# Help please! Fairy bag repair



## Angsas

I recently came across a Prada fairy bag on a consignment site. I’m fairly new to Prada in general, and to the fairy bags in particular - But my gosh, I just felt an emotional connection with this design - it reminded me of childhood; and of my dad, who unfortunately now is suffering from dementia. So deep was the connection I felt,
that needless to say, I purchased the bag, which was in “never carried” condition.
It arrived in seemingly perfect condition, but, as soon as I basically opened the bag, the lambskin lining started cracking, first along the seams, but then along every fold of the leather, just from the subtle movement! It seems that just from the bag sitting unstuffed, small cracks appear from it collapsing - as well as larger areas that look almost “blistering”. (See photos)
Turning to this forum for information, I was gutted to learn of this well known problem with these bags and I really wish I’d done my research beforehand! 
But, she is mine - and despite the flaws, I do love the bag. I would be really grateful to know what other ladies have done with this problem, and if anyone came up with a solution for how to stop the damage from growing?
I want to use the bag - but I don’t want the lining to come apart! The blistering areas are a huge concern, as I fear the leather is so delicate, the surface may simply peel off, and expose the tan nap underneath!
I’ve been thinking of ways to solve the problem - like glueing up the cracks, or carrying it with a felt liner insert to protect the lining.
But before I try anything, I want to reach out to this great community and ask if anyone found a way that works, for how to use  a fairy bag, without it ending up in shreds?
Please help by sharing your experience and advice!
Thank you so much in advance!


----------



## baglici0us

Hi, I’m so sorry to hear about your issues with the lining of your Fairy bag. I’ve had two fairy bags - one in peonia (same as yours that I’ve sold) and one in cipria and none of them have had those issues. Perhaps try to take it to a Prada boutique and have them recommend a fix for it?

Attaching photos of my Cipria for you to compare.


----------



## baglici0us

I also wanted to add that I went onto Etsy and ordered a custom liner for my Prada Fairy Bag because I like how it looks when it’s structured/stuffed and to protect the delicate interior leather. Happy to report back once I receive it!


----------



## baglici0us

Reporting back on my experience with getting a custom liner from Etsy for my fairy bag. I prefer my bag structured and the fairy bag gets really smoosh with age. I wanted a way to regain the structure while making sure the interior still looked good and was protected.

I found someone on Etsy who took custom measurements for bag liner, selected a color that matched the pink leather interior and my custom liner arrived today. I’m so happy with the results and will be ordering another for my other Fairy Bag.


----------



## baglici0us

This is the shop I used: https://etsy.me/2HvIiR7
My customized specs were: Personalization:  Color: 46 Pink (Depth:5* Width:14* Height:9*) inches


----------



## tu3456

My Prada fairy bag has been sitting in the dust bag in my closet for a few years.
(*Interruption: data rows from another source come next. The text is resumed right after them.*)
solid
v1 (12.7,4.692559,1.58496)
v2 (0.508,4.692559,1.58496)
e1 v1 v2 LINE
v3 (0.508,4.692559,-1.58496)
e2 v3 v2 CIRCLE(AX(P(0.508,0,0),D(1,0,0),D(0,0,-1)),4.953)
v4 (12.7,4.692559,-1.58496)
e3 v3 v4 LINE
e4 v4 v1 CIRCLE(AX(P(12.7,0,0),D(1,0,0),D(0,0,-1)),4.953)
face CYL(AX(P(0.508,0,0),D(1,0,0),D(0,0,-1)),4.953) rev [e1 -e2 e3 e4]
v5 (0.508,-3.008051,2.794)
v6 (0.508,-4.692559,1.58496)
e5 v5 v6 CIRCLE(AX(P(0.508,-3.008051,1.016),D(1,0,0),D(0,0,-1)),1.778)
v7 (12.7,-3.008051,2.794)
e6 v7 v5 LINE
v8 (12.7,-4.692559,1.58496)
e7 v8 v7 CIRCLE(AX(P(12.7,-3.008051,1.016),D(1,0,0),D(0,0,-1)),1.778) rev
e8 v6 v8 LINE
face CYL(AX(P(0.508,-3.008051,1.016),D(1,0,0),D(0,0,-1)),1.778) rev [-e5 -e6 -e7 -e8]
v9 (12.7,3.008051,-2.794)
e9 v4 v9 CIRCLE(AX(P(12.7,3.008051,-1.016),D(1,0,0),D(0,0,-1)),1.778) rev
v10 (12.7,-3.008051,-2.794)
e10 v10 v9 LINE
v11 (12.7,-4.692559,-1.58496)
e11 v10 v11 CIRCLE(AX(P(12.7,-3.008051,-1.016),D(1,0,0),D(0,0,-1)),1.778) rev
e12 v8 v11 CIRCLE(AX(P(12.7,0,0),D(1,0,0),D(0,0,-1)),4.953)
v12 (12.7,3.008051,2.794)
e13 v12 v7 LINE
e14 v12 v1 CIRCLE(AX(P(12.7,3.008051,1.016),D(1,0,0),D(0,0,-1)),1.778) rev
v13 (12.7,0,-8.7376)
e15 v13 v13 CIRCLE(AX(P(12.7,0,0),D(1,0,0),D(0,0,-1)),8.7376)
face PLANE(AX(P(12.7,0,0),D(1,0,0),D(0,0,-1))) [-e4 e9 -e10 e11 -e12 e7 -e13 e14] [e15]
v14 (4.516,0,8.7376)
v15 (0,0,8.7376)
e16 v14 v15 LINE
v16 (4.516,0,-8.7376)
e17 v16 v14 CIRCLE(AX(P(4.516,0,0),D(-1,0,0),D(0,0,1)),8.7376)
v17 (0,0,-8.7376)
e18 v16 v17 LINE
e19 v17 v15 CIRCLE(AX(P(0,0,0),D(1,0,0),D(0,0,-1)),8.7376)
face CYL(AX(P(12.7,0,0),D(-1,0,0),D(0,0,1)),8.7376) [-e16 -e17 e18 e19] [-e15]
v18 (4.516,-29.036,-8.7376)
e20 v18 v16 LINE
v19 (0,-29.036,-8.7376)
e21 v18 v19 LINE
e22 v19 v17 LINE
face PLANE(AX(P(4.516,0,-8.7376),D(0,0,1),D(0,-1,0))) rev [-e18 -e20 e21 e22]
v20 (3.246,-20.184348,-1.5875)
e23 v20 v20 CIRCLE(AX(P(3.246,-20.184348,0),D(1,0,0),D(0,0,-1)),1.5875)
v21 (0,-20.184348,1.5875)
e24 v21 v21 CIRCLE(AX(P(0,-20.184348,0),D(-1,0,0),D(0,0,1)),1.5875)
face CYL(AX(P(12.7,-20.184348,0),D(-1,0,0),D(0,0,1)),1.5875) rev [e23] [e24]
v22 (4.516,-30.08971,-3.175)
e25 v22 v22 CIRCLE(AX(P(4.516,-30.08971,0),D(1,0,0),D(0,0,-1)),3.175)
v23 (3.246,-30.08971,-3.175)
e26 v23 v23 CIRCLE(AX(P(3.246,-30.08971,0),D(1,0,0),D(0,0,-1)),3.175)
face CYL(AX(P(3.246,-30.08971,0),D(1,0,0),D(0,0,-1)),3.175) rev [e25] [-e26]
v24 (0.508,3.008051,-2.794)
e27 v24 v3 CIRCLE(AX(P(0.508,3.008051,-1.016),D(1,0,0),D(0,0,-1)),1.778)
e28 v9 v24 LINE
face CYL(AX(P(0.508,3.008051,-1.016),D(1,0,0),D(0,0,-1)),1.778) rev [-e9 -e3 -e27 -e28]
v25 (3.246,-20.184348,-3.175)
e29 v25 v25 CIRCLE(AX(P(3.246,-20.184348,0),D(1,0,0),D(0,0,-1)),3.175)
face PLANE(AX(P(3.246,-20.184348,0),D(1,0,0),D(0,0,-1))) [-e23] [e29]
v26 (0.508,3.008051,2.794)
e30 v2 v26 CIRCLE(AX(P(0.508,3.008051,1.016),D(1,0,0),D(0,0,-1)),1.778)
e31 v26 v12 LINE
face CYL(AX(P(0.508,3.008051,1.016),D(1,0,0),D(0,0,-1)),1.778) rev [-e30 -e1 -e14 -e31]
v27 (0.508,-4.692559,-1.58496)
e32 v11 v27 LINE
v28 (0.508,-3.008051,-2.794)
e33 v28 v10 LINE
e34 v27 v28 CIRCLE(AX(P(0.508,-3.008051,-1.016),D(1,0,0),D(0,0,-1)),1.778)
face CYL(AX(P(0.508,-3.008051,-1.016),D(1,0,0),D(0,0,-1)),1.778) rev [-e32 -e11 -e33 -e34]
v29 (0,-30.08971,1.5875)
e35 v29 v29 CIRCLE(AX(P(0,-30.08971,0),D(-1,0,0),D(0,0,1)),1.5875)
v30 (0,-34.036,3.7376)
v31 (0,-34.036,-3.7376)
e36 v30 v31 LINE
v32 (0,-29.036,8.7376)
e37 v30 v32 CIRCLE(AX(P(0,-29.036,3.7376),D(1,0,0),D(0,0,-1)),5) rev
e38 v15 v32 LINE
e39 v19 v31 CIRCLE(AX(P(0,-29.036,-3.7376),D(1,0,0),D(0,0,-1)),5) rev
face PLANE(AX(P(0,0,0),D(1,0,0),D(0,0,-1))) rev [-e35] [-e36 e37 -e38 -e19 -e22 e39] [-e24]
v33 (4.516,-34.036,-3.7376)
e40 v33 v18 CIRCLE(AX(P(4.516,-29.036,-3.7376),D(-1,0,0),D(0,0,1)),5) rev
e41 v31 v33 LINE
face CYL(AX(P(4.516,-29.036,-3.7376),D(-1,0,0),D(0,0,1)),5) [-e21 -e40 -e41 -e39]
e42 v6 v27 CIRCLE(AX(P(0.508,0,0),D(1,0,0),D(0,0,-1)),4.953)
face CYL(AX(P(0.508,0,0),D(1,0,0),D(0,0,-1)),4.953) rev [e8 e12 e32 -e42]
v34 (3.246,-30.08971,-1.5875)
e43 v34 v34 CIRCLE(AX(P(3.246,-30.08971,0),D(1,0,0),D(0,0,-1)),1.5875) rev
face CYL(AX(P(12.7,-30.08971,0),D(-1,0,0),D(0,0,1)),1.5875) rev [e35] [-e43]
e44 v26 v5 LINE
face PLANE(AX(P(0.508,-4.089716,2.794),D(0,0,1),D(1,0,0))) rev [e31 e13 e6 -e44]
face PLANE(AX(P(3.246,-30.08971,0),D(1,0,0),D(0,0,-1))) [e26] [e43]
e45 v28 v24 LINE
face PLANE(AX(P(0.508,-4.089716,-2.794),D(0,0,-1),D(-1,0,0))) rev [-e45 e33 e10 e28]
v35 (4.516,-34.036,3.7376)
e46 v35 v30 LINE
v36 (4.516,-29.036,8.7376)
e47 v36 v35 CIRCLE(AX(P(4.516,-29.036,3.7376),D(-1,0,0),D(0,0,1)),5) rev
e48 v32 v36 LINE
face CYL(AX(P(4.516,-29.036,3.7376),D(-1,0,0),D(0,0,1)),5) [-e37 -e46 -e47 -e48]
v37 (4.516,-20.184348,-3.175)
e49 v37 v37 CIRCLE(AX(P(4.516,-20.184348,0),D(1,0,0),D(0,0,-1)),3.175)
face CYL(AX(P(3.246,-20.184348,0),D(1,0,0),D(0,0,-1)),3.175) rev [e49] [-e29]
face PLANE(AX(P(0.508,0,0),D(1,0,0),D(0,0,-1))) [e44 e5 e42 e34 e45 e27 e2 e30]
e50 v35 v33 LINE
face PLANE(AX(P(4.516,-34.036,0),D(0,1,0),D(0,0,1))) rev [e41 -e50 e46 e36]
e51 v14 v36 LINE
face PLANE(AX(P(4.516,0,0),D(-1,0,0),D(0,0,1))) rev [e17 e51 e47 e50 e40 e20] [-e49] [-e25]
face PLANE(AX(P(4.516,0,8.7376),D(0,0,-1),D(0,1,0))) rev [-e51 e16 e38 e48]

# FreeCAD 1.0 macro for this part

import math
import FreeCAD as App
import Part
import Sketcher

V = App.Vector
Q = App.Units.Quantity


def edges_at(feature, points):
    """Names of the edges that pass closest to the given points."""
    edges = feature.Shape.Edges
    near = lambda p: min(range(len(edges)), key=lambda i: edges[i].distToShape(Part.Vertex(*p))[0])
    return sorted({f"Edge{near(p) + 1}" for p in points})

doc = App.newDocument("Part")
params = doc.addObject("Spreadsheet::Sheet", "Params")
for row, (alias, value) in enumerate([
    ("sketch1_diameter", "0.688 in"),
    ("pad1_length", "0.5 in"),
    ("sketch2_radius", "0.344 in"),
    ("sketch2_width", "1.34 in"),
    ("pad2_length", "4.516 mm"),
    ("fillet_radius", "5 mm"),
    ("sketch3_radius", "0.195 in"),
    ("pocket1_length", "0.48 in"),
    ("sketch4_diameter", "0.125 in"),
    ("sketch5_diameter", "0.25 in"),
    ("sketch5_diameter2", "0.125 in"),
    ("pocket3_length", "0.05 in"),
    ("fillet2_radius", "0.07 in"),
], start=1):
    params.set(f"A{row}", alias)
    params.set(f"B{row}", "=" + value)
    params.setAlias(f"B{row}", alias)

body = doc.addObject("PartDesign::Body", "Body")

# Sketch on YZ plane
sketch1 = body.newObject("Sketcher::SketchObject", "Sketch")
sketch1.AttachmentSupport = (doc.getObject("YZ_Plane"), [""])
sketch1.MapMode = "FlatFace"
sketch1.addGeometry(Part.Circle(V(0, 0, 0), V(0, 0, 1), 9), False)
sketch1.addConstraint(Sketcher.Constraint("Coincident", 0, 3, -1, 1))
sketch1.addConstraint(Sketcher.Constraint("Diameter", 0, Q("0.688 in")))
sketch1.setExpression("Constraints[1]", "Params.sketch1_diameter")
pad1 = body.newObject("PartDesign::Pad", "Pad")
pad1.Profile = sketch1
pad1.setExpression("Length", "Params.pad1_length")

# Sketch on YZ plane
sketch2 = body.newObject("Sketcher::SketchObject", "Sketch001")
sketch2.AttachmentSupport = (doc.getObject("YZ_Plane"), [""])
sketch2.MapMode = "FlatFace"
sketch2.addGeometry(Part.LineSegment(V(-34, 9, 0), V(0, 9, 0)), False)
sketch2.addGeometry(Part.ArcOfCircle(Part.Circle(V(0, 0, 0), V(0, 0, 1), 9), math.radians(90), math.radians(270)), False)
sketch2.addGeometry(Part.LineSegment(V(0, -9, 0), V(-34, -9, 0)), False)
sketch2.addGeometry(Part.LineSegment(V(-34, -9, 0), V(-34, 9, 0)), False)
sketch2.addConstraint(Sketcher.Constraint("Tangent", 0, 2, 1, 1))
sketch2.addConstraint(Sketcher.Constraint("Tangent", 1, 2, 2, 1))
sketch2.addConstraint(Sketcher.Constraint("Coincident", 2, 2, 3, 1))
sketch2.addConstraint(Sketcher.Constraint("Coincident", 3, 2, 0, 1))
sketch2.addConstraint(Sketcher.Constraint("Horizontal", 0))
sketch2.addConstraint(Sketcher.Constraint("Horizontal", 2))
sketch2.addConstraint(Sketcher.Constraint("Vertical", 3))
sketch2.addConstraint(Sketcher.Constraint("Coincident", 1, 3, -1, 1))
sketch2.addConstraint(Sketcher.Constraint("Radius", 1, Q("0.344 in")))
sketch2.addConstraint(Sketcher.Constraint("DistanceX", 0, 1, 0, 2, Q("1.34 in")))
sketch2.setExpression("Constraints[8]", "Params.sketch2_radius")
sketch2.setExpression("Constraints[9]", "Params.sketch2_width")
pad2 = body.newObject("PartDesign::Pad", "Pad001")
pad2.Profile = sketch2
pad2.setExpression("Length", "Params.pad2_length")
doc.recompute()

fillet = body.newObject("PartDesign::Fillet", "Fillet")
fillet.Base = (pad2, edges_at(pad2, [(2.258, -34.036, 8.738), (2.258, -34.036, -8.738)]))
fillet.setExpression("Radius", "Params.fillet_radius")

# Sketch on YZ plane
sketch3 = body.newObject("Sketcher::SketchObject", "Sketch002")
sketch3.AttachmentSupport = (doc.getObject("YZ_Plane"), [""])
sketch3.MapMode = "FlatFace"
sketch3.AttachmentOffset = App.Placement(V(0, 0, 0.5 * 25.4), App.Rotation())
sketch3.addGeometry(Part.LineSegment(V(-4.1, -2.8, 0), V(4.1, -2.8, 0)), False)
sketch3.addGeometry(Part.ArcOfCircle(Part.Circle(V(0, 0, 0), V(0, 0, 1), 5), math.radians(-34), math.radians(34)), False)
sketch3.addGeometry(Part.LineSegment(V(4.1, 2.8, 0), V(-4.1, 2.8, 0)), False)
sketch3.addGeometry(Part.ArcOfCircle(Part.Circle(V(0, 0, 0), V(0, 0, 1), 5), math.radians(146), math.radians(214)), False)
sketch3.addConstraint(Sketcher.Constraint("Coincident", 0, 2, 1, 1))
sketch3.addConstraint(Sketcher.Constraint("Coincident", 1, 2, 2, 1))
sketch3.addConstraint(Sketcher.Constraint("Coincident", 2, 2, 3, 1))
sketch3.addConstraint(Sketcher.Constraint("Coincident", 3, 2, 0, 1))
sketch3.addConstraint(Sketcher.Constraint("Horizontal", 0))
sketch3.addConstraint(Sketcher.Constraint("Horizontal", 2))
sketch3.addConstraint(Sketcher.Constraint("Coincident", 1, 3, -1, 1))
sketch3.addConstraint(Sketcher.Constraint("Coincident", 3, 3, -1, 1))
sketch3.addConstraint(Sketcher.Constraint("Equal", 1, 3))
sketch3.addConstraint(Sketcher.Constraint("Vertical", 0, 2, 1, 2))
sketch3.addConstraint(Sketcher.Constraint("Radius", 1, Q("0.195 in")))
sketch3.addConstraint(Sketcher.Constraint("DistanceY", 0, 2, -1, 1, Q("0.11 in")))
sketch3.setExpression("Constraints[10]", "Params.sketch3_radius")
pocket1 = body.newObject("PartDesign::Pocket", "Pocket")
pocket1.Profile = sketch3
pocket1.setExpression("Length", "Params.pocket1_length")

# Sketch on YZ plane
sketch4 = body.newObject("Sketcher::SketchObject", "Sketch003")
sketch4.AttachmentSupport = (doc.getObject("YZ_Plane"), [""])
sketch4.MapMode = "FlatFace"
sketch4.addGeometry(Part.Circle(V(-30.1, 0, 0), V(0, 0, 1), 1.6), False)
sketch4.addGeometry(Part.Circle(V(-20.2, 0, 0), V(0, 0, 1), 1.6), False)
sketch4.addConstraint(Sketcher.Constraint("Equal", 0, 1))
sketch4.addConstraint(Sketcher.Constraint("PointOnObject", 0, 3, -1))
sketch4.addConstraint(Sketcher.Constraint("PointOnObject", 1, 3, -1))
sketch4.addConstraint(Sketcher.Constraint("Diameter", 0, Q("0.125 in")))
sketch4.addConstraint(Sketcher.Constraint("DistanceX", 0, 3, -1, 1, 30.08971))
sketch4.addConstraint(Sketcher.Constraint("DistanceX", 1, 3, -1, 1, 20.184348))
sketch4.setExpression("Constraints[3]", "Params.sketch4_diameter")
pocket2 = body.newObject("PartDesign::Pocket", "Pocket001")
pocket2.Profile = sketch4
pocket2.Type = "ThroughAll"
pocket2.Reversed = True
I recently took it out to find the interior had completely disintegrated. I've taken it to a luxury bag repair shop to re-do the lining. They said the lining was made of vinyl and there wasn't much I could have done to prevent it as over time, it just happens. I always thought the lining was leather! Its definitely a genuine Prada also as it was purchased at the Prada store in Milan.


----------



## IntheOcean

tu3456 said:


> My Prada fairy bag has been sitting in the dust bag in my closet for a few years. I recently took it out to find the interior had completely disintegrated. I've taken it to a luxury bag repair shop to re-do the lining. They said the lining was made of vinyl and there wasn't much I could have done to prevent it as over time, it just happens. I always thought the lining was leather! Its definitely a genuine Prada also as it was purchased at the Prada store in Milan.


Welcome to the Purse Forum! I'm very sorry this happened to your Fairy. Unfortunately, vinyl lining is indeed something Prada thought was a good idea back then. They didn't even tell their customers the lining wasn't made of leather, at least, not at first, if I remember correctly. They called it, 'PU leather,' or just pleather. There was some discussion about this on the forums when people started noticing the lining in their bags was deteriorating just like yours did. Not all Fairies had pleather lining, thankfully.


----------



## missfiggy

As soon as I read the first post I knew...pleather.  Prada literally KILLED the white fairy bags by sneaking that pleather lining in.


----------



## baglici0us

Oh wow, I had no idea! I have two Fairy bags in my closet. How do I tell if the lining is leather or vinyl?


----------



## missfiggy

baglici0us said:


> Oh wow, I had no idea! I have two Fairy bags in my closet. How do I tell if the lining is leather or vinyl?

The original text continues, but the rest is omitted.